Jakarta, Prohealth.id – Kesehatan mental dan jiwa dari aktivis sangat penting terutama untuk menjaga vitalitas tubuh dan meningkatkan produktivitas kerja.
Menurut Benny Prawira Siauw, Founder dari IntoTheLight, ada tantangan internal dan eksternal yang dihadapi aktivis sehingga mudah mempengaruhi kesehatan mentalnya.
Tantangan internal antara lain; kesulitan ambil Batasan antara aktivisme dan waktu pribadi, terutama jika aktivisme didorong motivasi pengalaman pribadi. Kedua, adalah terbiasa mendengar kabar buruk. Ketiga, berhadapan dan merespon perdebatan isu di media sosial. Selain itu, aktivis kerap mengalami stres sebagai bagian kelompok marjinal.
Adapun tantangan eksternal yang menyebabkan masalah kesehatan mental meliputi; masalah dana untuk pelaksanaan program. Masalah budaya yang glorifikasi keberanian untuk berkorban dan selflessness. Kedua, budaya dedikasi berlebihan dan pengorbanan. Ketiga, kesulitan mengatur waktu manajerial terutama di masa krisis.

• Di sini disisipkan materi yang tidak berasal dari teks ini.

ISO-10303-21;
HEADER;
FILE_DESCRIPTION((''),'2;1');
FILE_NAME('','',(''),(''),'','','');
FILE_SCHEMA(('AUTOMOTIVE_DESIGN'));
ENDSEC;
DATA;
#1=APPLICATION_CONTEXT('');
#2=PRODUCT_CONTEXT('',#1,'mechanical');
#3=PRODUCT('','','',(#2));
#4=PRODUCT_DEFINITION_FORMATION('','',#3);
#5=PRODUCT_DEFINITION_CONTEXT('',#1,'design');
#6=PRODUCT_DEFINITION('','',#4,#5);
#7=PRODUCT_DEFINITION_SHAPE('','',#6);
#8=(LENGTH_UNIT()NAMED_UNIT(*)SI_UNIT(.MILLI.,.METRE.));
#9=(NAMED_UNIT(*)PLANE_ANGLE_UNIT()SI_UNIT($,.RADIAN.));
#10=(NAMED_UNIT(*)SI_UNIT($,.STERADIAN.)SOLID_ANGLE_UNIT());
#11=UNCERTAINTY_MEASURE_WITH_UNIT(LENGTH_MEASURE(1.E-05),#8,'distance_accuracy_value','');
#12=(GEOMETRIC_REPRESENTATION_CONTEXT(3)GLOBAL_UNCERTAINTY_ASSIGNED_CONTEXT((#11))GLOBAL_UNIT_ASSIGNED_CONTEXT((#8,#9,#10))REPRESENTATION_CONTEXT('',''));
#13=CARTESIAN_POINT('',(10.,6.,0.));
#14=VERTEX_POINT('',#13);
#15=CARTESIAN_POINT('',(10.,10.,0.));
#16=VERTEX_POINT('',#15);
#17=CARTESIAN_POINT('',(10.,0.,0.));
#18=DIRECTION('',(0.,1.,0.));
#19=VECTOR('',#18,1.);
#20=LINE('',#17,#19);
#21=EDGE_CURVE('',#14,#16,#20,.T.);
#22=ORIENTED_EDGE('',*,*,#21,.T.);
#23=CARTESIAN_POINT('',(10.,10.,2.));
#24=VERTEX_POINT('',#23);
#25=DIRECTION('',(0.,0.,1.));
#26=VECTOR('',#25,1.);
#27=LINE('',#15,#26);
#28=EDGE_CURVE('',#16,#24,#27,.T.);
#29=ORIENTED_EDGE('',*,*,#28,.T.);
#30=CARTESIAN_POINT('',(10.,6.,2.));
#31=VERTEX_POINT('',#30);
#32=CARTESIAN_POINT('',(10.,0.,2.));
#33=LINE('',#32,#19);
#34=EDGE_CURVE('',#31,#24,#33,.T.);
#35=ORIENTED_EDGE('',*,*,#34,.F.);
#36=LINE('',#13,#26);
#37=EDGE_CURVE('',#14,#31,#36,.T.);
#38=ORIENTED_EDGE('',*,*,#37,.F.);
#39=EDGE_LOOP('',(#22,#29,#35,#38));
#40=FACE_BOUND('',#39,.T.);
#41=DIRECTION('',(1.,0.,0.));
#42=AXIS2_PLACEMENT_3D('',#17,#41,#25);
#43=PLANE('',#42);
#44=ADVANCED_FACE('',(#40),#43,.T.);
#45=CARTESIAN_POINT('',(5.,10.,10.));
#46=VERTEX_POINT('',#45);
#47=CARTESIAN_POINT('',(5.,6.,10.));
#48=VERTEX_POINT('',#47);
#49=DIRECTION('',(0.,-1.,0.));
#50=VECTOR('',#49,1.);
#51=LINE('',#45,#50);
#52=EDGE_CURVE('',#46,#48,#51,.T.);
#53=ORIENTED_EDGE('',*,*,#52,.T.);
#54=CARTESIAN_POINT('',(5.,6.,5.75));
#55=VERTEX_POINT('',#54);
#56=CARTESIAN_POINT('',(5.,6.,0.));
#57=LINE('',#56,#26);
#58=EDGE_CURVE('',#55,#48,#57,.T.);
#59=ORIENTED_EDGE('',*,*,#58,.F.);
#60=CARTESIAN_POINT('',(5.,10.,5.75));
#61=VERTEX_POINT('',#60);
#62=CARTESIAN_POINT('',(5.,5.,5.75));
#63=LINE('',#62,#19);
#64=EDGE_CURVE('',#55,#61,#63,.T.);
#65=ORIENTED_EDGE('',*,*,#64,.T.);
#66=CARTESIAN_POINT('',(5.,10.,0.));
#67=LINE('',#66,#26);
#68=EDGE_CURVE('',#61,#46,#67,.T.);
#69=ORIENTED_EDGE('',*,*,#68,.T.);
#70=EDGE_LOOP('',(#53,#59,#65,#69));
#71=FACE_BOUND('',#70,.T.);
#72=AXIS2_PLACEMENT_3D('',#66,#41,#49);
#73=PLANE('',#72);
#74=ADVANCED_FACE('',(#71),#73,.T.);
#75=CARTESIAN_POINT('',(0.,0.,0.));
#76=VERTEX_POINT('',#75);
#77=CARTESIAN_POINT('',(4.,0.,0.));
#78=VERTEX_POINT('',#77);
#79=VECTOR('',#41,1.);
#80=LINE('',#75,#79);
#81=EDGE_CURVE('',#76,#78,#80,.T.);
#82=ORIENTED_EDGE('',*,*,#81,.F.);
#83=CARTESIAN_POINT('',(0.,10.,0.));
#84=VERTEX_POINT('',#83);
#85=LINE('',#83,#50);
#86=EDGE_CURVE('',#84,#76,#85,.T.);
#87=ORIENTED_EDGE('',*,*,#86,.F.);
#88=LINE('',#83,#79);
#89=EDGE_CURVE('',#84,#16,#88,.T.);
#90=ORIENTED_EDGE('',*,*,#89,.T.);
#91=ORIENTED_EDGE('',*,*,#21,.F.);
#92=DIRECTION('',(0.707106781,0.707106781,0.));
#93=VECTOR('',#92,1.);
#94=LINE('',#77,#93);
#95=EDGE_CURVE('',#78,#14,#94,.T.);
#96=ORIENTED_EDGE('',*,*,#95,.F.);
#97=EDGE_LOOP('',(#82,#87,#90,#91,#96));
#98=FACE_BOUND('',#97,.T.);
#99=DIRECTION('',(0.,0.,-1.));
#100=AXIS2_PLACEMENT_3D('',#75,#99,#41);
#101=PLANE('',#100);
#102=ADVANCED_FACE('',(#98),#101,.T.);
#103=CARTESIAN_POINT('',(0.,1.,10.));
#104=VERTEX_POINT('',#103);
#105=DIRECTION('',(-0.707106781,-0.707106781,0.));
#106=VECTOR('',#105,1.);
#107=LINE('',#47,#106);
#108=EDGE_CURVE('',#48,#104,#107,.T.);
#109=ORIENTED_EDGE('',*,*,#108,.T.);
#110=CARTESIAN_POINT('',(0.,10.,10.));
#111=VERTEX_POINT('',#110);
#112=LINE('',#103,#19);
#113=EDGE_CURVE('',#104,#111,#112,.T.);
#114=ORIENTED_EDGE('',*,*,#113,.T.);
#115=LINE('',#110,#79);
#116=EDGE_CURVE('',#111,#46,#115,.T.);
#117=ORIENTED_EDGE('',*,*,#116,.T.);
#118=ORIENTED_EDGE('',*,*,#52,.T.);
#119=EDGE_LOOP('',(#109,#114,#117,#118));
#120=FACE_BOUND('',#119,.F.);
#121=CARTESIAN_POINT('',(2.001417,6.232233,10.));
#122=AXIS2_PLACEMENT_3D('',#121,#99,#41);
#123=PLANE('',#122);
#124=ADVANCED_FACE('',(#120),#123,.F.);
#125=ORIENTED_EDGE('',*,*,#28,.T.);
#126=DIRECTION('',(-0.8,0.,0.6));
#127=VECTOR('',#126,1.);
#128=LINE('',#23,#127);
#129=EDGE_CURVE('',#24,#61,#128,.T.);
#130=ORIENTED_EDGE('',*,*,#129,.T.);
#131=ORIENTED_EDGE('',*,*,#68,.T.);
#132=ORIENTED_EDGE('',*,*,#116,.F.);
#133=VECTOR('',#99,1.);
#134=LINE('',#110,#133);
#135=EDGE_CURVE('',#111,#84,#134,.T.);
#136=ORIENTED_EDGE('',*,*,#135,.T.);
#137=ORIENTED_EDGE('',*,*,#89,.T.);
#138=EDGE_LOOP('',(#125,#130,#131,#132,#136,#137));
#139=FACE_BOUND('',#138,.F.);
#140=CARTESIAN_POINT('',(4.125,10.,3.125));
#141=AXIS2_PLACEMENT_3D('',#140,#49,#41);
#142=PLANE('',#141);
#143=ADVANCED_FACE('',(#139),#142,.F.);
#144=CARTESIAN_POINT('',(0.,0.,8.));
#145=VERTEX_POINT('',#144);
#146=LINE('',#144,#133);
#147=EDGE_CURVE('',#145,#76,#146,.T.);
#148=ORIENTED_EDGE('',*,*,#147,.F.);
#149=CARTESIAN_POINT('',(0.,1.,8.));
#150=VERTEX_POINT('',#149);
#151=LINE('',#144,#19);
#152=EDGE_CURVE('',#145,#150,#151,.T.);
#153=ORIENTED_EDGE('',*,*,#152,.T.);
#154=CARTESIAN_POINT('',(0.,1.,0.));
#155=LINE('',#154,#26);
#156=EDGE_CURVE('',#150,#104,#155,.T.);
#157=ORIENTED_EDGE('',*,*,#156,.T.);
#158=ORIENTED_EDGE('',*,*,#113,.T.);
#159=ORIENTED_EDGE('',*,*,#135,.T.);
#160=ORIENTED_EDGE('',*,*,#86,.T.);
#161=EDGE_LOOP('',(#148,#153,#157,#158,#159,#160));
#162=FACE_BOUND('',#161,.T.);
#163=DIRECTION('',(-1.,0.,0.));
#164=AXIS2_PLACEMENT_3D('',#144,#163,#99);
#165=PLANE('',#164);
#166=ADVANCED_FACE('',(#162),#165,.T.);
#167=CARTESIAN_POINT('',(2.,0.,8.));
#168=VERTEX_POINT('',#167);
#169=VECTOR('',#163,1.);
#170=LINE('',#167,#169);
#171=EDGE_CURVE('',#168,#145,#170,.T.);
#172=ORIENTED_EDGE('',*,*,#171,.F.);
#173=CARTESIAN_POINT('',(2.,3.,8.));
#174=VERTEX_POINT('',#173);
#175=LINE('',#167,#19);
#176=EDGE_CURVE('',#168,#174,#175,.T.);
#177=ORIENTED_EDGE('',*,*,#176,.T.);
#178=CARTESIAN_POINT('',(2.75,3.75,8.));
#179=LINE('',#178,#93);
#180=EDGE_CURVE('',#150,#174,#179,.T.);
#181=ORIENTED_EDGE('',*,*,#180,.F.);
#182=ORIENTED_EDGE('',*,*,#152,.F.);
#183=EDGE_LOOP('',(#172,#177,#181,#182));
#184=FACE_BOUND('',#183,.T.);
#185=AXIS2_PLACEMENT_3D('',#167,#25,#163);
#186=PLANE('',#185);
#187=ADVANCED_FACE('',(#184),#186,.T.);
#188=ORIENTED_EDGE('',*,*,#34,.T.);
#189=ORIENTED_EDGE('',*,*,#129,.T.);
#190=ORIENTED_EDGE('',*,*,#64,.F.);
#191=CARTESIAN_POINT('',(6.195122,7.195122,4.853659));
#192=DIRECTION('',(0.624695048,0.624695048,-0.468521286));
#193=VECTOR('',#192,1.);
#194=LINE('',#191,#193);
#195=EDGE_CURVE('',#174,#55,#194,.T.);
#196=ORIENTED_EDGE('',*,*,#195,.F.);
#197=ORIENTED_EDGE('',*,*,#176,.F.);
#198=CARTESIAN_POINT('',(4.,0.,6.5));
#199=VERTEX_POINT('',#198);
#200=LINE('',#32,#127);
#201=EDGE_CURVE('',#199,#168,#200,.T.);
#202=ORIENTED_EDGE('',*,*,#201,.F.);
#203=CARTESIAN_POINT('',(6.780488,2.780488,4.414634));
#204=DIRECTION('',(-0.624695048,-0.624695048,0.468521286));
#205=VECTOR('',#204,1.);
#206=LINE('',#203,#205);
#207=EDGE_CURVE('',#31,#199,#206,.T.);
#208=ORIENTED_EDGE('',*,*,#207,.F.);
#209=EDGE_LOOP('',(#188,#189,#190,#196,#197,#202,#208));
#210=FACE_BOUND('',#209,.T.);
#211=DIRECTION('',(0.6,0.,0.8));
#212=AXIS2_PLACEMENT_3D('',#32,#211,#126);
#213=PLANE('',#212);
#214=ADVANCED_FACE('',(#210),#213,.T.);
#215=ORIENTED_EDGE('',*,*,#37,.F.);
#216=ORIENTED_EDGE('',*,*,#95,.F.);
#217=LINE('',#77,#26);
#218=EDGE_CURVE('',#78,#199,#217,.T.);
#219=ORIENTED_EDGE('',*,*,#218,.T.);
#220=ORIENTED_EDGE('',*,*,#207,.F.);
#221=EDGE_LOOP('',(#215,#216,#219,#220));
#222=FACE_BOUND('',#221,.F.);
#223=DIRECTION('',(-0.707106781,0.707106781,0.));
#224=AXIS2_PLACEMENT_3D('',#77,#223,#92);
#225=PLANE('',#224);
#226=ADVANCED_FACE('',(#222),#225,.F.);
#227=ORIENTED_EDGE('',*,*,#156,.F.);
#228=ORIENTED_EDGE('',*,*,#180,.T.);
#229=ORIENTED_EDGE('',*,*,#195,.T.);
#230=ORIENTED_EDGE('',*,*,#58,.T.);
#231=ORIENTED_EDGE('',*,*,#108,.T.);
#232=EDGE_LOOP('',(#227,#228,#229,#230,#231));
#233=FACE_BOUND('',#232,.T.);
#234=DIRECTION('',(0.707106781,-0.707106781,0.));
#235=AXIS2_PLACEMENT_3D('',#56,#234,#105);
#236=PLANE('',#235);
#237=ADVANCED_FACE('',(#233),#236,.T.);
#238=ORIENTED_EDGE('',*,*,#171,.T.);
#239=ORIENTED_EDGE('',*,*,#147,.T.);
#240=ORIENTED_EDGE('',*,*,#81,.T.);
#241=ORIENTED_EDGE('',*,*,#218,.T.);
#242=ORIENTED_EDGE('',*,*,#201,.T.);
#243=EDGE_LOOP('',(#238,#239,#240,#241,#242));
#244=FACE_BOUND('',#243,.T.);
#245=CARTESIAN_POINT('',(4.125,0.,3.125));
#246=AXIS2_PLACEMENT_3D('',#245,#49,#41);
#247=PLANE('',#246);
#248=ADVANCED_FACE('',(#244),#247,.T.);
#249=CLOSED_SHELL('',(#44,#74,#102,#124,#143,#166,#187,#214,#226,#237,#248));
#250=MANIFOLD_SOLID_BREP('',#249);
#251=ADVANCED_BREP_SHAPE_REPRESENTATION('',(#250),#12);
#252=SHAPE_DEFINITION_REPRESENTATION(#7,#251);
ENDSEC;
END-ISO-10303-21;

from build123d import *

# Parameters (mm, degrees)
F1_DEPTH = 10
F3_DEPTH = 8.001
F4_DEPTH = 10


with BuildPart() as f1:
    # F0 (on Front) → F1 (new body)
    with BuildSketch(Plane.XZ):
        Polygon((2, 8), (0, 8), (0, 0), (10, 0), (10, 2), align=None)
    extrude(amount=-F1_DEPTH)

    # F2 (on face) → F3 (cut, through all)
    with BuildSketch(Plane(origin=(0, 0, 0), x_dir=(1, 0, 0), z_dir=(0, 0, -1))):
        Polygon((10, 0), (4, 0), (10, -6), align=None)
    extrude(amount=-F3_DEPTH, mode=Mode.SUBTRACT)

    # F2 (on face) → F4 (join)
    with BuildSketch(Plane(origin=(0, 0, 0), x_dir=(1, 0, 0), z_dir=(0, 0, -1))):
        Polygon((5, -6), (0, -1), (0, -10), (5, -10), align=None)
    extrude(amount=-F4_DEPTH)


solid = f1.part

Apa saja masalah kesehatan yang akhirnya menimpa aktivis? Dalam peluncuran dokumen Panduan Perlindungan dan Kesehatan Mental Aktivis Pengendalian Tembakau (PPKM), Benny menjabarkan setidaknya ada empat masalah kesehatan mental aktivis. Sebut saja; ketidakseimbangan work-life balance, strategi coping yang maladiptif, gangguan tidur insomnia, depresi, cemas, dan PTSD, mengalami compassion fatigue yakni burnout dan secondary trauma.
Untuk mengatasi hal itu, Benny menganjurkan metode welas asih. Metode ini adalah cara penyadaran diri aktivis agar tidak hanya memberikan rasa kasih bagi sesama dalam pekerjaan, tetapi juga rasa kasih terhadap dirinya sendiri.

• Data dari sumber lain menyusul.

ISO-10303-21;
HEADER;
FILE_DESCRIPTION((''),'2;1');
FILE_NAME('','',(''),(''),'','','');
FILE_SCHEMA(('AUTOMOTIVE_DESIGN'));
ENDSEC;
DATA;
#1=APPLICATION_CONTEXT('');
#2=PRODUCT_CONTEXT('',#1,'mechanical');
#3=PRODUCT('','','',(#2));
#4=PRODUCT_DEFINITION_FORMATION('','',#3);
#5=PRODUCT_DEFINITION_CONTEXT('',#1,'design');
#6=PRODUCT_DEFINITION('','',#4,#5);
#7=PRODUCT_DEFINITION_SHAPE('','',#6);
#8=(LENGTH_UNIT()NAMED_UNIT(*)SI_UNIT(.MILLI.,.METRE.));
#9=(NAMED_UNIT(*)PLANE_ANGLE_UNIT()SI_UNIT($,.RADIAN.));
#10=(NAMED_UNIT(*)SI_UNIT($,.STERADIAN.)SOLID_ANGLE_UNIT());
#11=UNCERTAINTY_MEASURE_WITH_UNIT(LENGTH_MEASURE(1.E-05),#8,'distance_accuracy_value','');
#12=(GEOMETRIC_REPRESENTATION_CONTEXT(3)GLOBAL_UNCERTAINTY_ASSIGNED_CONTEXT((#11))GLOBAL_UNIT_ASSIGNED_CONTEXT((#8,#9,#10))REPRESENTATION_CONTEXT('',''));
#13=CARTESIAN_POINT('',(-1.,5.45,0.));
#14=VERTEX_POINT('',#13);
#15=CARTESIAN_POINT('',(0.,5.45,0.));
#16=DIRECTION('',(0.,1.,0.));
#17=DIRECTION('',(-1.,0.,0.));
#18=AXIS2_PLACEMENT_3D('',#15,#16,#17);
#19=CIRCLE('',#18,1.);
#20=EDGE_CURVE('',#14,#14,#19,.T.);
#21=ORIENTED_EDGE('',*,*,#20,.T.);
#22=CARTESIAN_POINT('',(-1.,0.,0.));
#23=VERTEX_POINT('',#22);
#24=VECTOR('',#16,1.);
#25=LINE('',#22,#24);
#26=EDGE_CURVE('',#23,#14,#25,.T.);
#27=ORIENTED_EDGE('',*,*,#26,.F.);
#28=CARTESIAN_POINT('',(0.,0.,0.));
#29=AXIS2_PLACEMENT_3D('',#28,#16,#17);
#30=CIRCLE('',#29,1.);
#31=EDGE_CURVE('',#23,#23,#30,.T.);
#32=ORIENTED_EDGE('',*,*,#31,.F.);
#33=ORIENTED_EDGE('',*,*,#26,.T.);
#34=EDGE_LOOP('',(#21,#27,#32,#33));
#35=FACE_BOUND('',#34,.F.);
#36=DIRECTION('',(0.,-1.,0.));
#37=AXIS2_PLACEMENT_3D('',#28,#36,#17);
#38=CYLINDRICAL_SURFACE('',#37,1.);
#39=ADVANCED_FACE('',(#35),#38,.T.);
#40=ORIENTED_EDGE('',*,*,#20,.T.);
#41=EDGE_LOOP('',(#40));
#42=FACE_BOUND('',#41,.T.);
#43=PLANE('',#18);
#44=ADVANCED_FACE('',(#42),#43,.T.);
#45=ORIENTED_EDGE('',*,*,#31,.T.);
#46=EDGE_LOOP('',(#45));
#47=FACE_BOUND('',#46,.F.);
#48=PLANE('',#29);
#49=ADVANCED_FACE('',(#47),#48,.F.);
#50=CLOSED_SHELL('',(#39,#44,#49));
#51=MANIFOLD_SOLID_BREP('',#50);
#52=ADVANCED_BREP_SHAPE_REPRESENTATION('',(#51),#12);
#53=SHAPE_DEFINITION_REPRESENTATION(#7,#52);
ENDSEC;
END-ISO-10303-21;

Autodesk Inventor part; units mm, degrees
ref_plane "YZ Plane" through (0, 0, 0) normal (1, 0, 0) x (0, 1, 0)
ref_plane "XZ Plane" through (0, 0, 0) normal (0, 1, 0) x (-1, 0, 0)
ref_plane "XY Plane" through (0, 0, 0) normal (0, 0, 1) x (1, 0, 0)
sketch "Эскиз1" plane through (0, 0, 0) normal (0, 1, 0) x (-1, 0, 0)
  circle A0 centre (0, 0) radius 1
  dimension "d0" = 2
extrude "Выдавливание1" add sketch "Эскиз1" along normal blind 5.45
properties part number "Ось 2мм рулевой сервы"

Lebih lanjut, Benny menerangkan, eelas asih tidak sekadar lemah lembut dan menenangkan, tetapi dia juga tangguh dan berani untuk mengubah.
“Welas asih kepada sosok yang lain dapat melindungi dari stress. Namun, jika tidak diiringi praktik rawat diri dan diseimbangi dengan aliran welas asih lainnya, akan jadi bermasalah,” tegasnya, Jumat (15/10/2021) lalu.

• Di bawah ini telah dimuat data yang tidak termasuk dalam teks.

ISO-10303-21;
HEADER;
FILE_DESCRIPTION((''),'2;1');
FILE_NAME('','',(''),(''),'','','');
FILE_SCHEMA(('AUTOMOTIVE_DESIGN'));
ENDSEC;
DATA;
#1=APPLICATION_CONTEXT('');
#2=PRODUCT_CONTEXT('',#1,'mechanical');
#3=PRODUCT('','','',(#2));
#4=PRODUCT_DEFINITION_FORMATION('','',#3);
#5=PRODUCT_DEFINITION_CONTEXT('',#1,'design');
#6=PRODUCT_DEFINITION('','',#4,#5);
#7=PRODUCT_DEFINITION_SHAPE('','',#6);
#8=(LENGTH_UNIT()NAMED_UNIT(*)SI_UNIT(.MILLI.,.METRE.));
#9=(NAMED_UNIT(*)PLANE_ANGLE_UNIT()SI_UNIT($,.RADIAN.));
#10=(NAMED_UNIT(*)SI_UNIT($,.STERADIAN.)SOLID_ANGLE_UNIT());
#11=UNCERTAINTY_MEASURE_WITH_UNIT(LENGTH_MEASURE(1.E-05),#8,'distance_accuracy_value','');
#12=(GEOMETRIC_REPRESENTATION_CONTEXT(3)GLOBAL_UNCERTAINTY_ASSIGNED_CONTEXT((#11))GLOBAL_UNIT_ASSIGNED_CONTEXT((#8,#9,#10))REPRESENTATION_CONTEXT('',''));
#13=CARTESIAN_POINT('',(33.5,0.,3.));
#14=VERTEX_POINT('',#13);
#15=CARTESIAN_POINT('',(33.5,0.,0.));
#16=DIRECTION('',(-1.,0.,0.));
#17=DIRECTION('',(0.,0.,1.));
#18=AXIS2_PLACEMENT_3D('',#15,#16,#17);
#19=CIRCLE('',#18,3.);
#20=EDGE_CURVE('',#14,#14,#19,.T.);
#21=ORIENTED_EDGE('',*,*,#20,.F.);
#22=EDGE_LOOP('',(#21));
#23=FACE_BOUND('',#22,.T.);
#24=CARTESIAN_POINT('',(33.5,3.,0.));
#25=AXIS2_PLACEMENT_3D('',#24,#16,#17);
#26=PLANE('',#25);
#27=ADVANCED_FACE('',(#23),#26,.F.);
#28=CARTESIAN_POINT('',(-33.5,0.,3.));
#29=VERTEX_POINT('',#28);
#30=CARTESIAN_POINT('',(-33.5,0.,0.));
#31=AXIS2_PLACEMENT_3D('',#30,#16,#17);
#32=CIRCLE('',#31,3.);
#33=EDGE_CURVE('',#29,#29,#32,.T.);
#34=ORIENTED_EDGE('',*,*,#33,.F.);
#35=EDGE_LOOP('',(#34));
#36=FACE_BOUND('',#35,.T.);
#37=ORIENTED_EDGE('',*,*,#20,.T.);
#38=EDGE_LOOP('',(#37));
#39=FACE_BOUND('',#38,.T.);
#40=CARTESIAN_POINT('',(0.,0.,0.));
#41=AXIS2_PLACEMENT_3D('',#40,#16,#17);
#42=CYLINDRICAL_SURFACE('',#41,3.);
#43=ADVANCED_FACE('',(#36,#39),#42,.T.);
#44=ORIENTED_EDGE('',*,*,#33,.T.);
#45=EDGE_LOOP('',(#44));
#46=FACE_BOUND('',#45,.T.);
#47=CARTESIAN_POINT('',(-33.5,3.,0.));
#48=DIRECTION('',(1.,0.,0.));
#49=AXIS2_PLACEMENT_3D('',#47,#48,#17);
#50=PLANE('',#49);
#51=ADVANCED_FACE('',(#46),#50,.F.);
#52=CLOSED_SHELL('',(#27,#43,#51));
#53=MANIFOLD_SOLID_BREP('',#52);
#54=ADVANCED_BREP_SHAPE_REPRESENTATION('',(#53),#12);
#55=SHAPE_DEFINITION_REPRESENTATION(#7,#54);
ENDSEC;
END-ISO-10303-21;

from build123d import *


with BuildPart() as part:
    # ｽｹｯﾁ1 → 回転1 (revolve)
    with BuildSketch(Plane.XY):
        Polygon((0, 0), (0, 3), (29.5, 3), (30.5, 3), (33.5, 3), (33.5, 0), align=None)
    revolve(axis=Axis((0, 0, 0), (1, 0, 0)))

    # ﾐﾗｰ1: part across plane


with BuildPart() as part_1:
    add(part.part)
    add(part.part.mirror(Plane(origin=(0, 0, 0), x_dir=(0, 0, 1), z_dir=(1, 0, 0))))


solid = part_1.part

Welas asih tidak sekadar alami empathic distress tapi harus mampu berdampingan dengan perasaan tidak nyaman, untuk hadir meredakan penderitaan orang lain.
Benny menjabarkan, perlu ada upaya penjagaan kesehatan jiwa aktivis khususnya pengendalian tembakau melalui peningkatan penerimaan welas asih dari orang lain. Beberapa hal yang perlu ditingkatkan adalah; memiliki lingkungan yang suportif dan menerima dirinya, memiliki rekan kerja yang tidak terus mengkritisi secara destruktif, serta mengurangi stres dan meningkatkan kebahagiaan.
Lantas, bagaimana cara meningkatkan welas asih bagi aktivis? Benny menuturkan, penting agar aktivis tidak lupa fokus ke diri di saat memikirkan kondisi kepentingan lebih banyak orang. Selain itu, penting agar berani membuka kerentanan diri dan berdamai dengan kenyataan bahwa ia pun juga butuh dibantu.
“Aktivis juga perlu meningkatkan resiliensi, citra diri, dan optimisme serta mengurangi cemas, depresi, kelelahan dan stres,” ujarnya.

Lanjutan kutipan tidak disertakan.